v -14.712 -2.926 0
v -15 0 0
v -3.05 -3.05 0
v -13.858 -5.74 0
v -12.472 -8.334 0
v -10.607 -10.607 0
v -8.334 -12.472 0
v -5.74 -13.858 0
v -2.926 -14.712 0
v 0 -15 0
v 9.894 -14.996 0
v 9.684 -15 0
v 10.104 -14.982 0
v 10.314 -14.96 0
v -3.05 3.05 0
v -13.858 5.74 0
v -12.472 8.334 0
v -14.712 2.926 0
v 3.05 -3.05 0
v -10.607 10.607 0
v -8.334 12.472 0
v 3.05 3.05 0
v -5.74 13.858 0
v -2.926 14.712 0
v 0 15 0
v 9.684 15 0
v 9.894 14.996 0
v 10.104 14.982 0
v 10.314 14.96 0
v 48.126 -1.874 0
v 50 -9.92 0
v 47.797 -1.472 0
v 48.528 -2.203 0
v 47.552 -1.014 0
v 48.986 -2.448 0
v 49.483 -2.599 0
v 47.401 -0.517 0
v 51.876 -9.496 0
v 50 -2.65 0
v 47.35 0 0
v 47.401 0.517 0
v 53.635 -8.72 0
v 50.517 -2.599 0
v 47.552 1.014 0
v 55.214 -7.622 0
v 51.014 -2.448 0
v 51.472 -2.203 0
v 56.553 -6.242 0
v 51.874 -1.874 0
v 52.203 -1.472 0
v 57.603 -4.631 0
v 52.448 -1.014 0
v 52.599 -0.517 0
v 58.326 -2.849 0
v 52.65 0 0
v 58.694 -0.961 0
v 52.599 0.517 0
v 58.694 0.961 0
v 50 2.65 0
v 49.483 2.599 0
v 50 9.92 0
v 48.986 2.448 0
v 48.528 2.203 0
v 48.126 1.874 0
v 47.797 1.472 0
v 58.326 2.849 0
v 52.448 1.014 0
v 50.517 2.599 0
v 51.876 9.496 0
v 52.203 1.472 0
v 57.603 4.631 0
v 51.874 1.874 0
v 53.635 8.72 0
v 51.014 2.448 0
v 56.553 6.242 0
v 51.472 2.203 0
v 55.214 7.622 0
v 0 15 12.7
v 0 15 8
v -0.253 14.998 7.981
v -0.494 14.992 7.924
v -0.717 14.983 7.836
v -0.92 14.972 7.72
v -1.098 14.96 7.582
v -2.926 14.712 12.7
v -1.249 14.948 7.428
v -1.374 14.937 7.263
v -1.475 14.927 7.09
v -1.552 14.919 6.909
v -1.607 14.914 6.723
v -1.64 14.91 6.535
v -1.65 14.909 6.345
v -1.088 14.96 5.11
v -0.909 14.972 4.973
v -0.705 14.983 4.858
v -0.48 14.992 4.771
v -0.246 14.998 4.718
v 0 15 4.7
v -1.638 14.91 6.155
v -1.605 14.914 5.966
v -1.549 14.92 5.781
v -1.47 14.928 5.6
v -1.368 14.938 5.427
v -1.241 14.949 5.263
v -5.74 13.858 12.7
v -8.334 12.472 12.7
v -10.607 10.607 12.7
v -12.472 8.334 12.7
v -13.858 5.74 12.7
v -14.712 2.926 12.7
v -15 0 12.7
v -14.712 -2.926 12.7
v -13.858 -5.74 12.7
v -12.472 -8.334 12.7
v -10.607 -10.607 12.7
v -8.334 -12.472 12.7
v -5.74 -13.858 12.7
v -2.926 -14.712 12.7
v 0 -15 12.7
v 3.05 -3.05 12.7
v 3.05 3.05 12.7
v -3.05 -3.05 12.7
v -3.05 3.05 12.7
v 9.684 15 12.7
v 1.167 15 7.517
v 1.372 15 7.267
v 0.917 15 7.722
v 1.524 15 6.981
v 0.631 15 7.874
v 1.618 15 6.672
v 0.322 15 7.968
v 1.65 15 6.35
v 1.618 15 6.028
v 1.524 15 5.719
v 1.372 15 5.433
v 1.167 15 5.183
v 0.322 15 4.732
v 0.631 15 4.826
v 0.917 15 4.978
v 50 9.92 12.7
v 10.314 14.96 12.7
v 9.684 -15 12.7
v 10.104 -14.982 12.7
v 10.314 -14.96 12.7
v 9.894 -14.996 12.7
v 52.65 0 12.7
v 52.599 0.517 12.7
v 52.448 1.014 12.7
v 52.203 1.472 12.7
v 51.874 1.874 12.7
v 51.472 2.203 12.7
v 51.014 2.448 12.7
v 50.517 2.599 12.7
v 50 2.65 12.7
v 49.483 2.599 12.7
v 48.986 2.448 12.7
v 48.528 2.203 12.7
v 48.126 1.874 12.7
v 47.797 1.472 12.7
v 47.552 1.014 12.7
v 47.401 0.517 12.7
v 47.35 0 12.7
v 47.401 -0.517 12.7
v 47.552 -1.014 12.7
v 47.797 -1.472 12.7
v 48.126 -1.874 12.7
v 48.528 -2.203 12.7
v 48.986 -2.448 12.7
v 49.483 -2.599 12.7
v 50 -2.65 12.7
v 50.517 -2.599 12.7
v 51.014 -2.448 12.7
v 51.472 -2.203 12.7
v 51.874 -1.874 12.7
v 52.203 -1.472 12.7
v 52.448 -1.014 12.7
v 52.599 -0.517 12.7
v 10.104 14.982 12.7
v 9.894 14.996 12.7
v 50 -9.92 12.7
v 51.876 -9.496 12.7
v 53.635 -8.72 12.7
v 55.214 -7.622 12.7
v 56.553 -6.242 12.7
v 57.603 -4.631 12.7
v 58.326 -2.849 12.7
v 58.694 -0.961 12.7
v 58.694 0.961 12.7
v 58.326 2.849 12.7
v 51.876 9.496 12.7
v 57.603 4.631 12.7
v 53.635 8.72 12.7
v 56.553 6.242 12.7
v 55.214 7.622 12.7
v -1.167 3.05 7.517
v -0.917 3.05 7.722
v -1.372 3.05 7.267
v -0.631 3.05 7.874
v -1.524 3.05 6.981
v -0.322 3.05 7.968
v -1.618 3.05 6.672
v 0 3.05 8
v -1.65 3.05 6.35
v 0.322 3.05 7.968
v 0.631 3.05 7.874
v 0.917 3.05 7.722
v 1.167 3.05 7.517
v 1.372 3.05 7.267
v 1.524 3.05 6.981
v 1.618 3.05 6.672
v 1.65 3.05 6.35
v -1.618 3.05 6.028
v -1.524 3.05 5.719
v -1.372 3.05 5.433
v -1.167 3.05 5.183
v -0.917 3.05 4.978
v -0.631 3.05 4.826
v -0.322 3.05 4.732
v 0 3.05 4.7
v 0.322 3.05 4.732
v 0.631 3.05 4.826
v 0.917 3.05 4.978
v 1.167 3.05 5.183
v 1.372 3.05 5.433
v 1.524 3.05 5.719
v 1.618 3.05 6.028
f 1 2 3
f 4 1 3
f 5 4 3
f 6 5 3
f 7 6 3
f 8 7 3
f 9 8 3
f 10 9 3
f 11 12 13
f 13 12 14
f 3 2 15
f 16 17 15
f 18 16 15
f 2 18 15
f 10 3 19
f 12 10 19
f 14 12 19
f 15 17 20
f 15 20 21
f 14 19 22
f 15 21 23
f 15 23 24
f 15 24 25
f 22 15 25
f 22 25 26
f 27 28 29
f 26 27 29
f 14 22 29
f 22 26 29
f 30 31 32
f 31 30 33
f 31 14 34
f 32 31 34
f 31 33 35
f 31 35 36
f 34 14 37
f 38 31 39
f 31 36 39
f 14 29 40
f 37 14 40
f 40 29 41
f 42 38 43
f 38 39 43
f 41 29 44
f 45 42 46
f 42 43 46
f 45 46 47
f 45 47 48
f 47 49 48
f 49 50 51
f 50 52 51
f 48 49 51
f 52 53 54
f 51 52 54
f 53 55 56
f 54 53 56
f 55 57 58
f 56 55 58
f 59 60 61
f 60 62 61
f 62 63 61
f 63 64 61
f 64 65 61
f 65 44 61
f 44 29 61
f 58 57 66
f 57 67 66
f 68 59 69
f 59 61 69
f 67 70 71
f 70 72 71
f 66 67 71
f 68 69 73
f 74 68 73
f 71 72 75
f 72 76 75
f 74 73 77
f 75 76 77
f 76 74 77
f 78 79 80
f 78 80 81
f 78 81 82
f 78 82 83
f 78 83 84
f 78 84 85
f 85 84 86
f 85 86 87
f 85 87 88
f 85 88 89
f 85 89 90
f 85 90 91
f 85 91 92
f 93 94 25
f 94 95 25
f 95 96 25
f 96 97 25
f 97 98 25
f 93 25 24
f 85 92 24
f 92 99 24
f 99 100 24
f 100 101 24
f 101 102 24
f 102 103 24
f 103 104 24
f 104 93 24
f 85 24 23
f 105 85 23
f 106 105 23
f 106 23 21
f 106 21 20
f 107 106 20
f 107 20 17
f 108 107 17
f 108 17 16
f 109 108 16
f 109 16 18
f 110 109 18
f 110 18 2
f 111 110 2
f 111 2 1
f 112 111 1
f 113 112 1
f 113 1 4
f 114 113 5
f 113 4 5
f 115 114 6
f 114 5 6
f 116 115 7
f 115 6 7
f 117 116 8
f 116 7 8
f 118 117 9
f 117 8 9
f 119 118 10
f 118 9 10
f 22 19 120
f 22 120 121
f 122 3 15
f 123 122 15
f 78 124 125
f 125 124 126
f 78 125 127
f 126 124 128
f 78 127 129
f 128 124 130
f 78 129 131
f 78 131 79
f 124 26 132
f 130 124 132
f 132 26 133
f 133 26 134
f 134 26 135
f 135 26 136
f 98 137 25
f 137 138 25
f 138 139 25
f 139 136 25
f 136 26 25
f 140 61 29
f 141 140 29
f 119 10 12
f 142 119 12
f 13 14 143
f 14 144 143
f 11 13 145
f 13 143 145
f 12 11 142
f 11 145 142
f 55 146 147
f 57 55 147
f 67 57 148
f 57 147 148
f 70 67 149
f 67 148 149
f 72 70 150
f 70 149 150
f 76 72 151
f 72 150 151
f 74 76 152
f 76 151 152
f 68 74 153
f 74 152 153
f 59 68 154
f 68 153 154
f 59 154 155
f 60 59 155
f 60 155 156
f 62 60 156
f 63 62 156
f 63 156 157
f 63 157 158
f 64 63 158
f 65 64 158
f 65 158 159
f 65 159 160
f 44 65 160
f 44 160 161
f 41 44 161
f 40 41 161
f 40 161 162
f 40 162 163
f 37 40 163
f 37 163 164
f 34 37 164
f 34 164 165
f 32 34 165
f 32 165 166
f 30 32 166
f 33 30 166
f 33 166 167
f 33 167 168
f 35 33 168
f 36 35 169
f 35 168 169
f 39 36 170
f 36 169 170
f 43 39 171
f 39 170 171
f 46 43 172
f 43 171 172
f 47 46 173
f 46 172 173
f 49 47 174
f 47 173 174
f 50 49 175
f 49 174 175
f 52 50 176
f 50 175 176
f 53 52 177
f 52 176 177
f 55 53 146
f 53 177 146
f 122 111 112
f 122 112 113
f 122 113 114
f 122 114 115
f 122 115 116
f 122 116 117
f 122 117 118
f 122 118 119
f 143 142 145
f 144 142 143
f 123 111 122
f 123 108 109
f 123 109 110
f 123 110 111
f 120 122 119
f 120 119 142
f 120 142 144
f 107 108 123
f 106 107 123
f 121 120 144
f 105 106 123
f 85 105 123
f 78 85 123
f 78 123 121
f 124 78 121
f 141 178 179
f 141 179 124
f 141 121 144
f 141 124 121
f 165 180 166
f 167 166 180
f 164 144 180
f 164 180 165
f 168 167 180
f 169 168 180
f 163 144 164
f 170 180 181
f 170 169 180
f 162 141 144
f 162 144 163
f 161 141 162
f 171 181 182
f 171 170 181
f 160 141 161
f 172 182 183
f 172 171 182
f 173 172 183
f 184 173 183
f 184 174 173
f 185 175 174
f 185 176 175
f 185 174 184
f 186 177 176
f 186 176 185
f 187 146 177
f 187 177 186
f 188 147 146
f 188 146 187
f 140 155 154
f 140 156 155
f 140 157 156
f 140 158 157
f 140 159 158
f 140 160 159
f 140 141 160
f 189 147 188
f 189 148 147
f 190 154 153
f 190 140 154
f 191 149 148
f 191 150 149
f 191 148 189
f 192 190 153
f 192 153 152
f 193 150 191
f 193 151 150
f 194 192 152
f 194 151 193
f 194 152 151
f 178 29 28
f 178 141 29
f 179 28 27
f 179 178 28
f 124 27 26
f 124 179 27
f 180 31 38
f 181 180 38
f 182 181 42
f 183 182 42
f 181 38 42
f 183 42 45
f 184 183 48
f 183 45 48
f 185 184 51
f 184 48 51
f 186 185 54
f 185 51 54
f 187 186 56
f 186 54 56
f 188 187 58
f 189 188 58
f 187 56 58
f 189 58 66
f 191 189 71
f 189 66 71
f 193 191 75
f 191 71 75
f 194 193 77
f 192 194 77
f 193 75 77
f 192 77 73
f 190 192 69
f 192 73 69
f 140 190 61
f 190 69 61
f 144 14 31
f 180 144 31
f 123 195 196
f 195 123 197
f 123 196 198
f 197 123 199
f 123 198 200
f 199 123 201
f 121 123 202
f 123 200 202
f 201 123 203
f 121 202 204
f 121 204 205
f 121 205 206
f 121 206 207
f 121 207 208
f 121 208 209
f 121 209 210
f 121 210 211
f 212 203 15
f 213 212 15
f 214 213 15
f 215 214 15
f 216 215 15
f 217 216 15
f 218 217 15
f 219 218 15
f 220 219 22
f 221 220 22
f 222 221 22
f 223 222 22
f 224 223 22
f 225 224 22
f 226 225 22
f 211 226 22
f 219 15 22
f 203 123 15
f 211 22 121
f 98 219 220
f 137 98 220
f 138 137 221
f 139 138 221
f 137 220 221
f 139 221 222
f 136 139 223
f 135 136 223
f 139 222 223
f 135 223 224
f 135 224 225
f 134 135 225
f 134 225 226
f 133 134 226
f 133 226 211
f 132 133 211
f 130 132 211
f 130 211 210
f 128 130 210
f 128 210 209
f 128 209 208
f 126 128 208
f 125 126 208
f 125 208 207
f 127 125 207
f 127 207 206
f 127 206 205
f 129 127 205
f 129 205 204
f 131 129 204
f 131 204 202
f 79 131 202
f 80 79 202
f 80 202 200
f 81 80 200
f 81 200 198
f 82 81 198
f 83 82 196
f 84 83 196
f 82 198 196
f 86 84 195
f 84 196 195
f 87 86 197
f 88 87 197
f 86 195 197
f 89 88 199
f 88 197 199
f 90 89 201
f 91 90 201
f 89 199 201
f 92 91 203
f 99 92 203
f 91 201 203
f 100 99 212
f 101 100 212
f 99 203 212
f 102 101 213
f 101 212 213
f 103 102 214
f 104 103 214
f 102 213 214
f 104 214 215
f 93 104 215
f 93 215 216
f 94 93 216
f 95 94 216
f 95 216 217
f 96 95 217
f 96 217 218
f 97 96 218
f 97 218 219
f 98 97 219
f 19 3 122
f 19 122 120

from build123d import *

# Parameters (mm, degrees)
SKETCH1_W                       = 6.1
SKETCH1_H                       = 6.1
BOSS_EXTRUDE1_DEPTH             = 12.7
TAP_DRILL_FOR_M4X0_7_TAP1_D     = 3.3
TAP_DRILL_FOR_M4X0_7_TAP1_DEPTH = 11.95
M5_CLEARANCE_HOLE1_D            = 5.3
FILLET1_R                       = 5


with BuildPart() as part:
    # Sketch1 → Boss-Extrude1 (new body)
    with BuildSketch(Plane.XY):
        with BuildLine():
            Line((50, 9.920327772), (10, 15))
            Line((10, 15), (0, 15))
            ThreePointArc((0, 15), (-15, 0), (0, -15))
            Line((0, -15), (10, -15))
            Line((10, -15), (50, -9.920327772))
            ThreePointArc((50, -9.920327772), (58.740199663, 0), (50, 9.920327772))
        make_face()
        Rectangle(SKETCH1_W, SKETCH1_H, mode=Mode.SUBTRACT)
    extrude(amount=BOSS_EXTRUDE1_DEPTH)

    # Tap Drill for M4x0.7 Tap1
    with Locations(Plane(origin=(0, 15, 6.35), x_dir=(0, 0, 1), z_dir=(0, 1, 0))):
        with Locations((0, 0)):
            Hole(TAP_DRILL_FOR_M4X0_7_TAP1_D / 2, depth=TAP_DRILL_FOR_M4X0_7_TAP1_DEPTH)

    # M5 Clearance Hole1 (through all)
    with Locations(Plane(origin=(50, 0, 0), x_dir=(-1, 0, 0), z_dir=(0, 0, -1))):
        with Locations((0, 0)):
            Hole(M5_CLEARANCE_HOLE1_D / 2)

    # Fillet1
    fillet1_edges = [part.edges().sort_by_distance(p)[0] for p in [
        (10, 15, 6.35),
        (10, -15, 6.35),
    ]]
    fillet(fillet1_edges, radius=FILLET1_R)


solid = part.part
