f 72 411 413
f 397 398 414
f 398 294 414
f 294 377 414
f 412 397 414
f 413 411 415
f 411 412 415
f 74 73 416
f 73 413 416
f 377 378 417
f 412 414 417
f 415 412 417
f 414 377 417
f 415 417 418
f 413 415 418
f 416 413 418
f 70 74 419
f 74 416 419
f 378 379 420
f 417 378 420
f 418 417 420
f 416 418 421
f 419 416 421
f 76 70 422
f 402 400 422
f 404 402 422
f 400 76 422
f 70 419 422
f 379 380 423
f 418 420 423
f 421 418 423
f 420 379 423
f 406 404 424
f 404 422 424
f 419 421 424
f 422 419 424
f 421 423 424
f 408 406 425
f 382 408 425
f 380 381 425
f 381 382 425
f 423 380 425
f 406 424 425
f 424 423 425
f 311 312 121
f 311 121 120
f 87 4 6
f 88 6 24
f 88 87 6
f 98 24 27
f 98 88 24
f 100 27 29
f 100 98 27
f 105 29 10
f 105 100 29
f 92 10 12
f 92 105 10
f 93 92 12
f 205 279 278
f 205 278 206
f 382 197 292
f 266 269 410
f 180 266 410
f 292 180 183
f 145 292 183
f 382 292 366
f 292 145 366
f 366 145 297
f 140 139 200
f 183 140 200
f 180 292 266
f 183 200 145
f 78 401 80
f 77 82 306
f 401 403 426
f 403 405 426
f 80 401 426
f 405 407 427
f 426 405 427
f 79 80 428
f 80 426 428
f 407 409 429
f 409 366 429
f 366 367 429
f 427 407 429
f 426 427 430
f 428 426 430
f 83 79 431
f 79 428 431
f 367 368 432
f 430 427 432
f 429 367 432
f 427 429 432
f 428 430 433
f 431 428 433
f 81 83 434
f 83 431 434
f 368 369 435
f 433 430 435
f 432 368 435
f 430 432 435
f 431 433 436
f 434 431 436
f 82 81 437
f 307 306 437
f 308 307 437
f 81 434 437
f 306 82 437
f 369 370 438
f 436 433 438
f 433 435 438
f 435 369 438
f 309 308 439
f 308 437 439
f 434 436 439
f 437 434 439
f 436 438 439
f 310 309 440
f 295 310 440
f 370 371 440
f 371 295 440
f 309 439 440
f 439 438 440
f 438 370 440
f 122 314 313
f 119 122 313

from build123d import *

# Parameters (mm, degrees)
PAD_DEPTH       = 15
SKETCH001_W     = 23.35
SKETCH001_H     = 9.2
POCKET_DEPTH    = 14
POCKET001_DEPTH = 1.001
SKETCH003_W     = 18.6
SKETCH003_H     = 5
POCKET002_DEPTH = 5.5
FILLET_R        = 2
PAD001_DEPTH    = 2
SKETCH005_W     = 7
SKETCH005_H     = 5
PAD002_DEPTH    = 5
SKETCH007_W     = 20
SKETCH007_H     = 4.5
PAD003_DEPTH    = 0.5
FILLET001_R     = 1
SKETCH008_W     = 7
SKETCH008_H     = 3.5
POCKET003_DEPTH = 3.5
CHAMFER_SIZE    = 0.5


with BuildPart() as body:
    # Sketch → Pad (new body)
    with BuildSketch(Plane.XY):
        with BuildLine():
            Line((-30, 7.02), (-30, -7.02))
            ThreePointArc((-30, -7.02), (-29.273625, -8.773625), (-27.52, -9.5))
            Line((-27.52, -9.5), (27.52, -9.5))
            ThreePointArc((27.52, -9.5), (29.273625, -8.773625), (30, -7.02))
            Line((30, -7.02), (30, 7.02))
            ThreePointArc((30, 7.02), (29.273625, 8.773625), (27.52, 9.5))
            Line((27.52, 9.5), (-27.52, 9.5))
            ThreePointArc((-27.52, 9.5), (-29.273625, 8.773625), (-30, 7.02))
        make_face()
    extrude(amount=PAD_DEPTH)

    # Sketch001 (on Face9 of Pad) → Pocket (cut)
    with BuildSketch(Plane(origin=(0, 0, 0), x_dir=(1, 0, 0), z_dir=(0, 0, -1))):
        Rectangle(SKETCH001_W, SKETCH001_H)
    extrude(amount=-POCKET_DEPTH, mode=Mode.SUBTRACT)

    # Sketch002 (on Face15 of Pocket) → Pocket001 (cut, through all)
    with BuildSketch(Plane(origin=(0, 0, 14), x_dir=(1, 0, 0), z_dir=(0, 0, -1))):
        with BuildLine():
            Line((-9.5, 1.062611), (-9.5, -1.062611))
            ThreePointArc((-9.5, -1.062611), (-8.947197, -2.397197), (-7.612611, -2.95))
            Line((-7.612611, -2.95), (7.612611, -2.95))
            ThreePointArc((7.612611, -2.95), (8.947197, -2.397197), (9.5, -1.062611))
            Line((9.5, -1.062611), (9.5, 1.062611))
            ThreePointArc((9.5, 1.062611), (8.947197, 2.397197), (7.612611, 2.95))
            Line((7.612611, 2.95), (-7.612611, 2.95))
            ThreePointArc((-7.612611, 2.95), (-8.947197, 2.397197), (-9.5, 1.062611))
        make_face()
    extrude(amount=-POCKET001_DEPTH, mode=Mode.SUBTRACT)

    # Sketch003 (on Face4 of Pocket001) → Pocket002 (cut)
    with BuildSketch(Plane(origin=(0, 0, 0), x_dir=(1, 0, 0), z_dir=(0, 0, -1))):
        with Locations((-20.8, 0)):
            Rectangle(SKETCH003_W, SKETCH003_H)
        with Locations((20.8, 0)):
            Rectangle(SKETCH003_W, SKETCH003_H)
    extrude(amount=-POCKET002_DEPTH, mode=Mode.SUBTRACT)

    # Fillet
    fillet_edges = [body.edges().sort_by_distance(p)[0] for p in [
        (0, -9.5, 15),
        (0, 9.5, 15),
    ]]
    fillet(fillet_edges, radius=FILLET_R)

■ Work item ■
Give back the records above exactly, limited to the lines between the one holding "f 139 221 222" and the one holding "f 89 88 199", inclusive.

■ Problem solution ■
f 139 221 222
f 136 139 223
f 135 136 223
f 139 222 223
f 135 223 224
f 135 224 225
f 134 135 225
f 134 225 226
f 133 134 226
f 133 226 211
f 132 133 211
f 130 132 211
f 130 211 210
f 128 130 210
f 128 210 209
f 128 209 208
f 126 128 208
f 125 126 208
f 125 208 207
f 127 125 207
f 127 207 206
f 127 206 205
f 129 127 205
f 129 205 204
f 131 129 204
f 131 204 202
f 79 131 202
f 80 79 202
f 80 202 200
f 81 80 200
f 81 200 198
f 82 81 198
f 83 82 196
f 84 83 196
f 82 198 196
f 86 84 195
f 84 196 195
f 87 86 197
f 88 87 197
f 86 195 197
f 89 88 199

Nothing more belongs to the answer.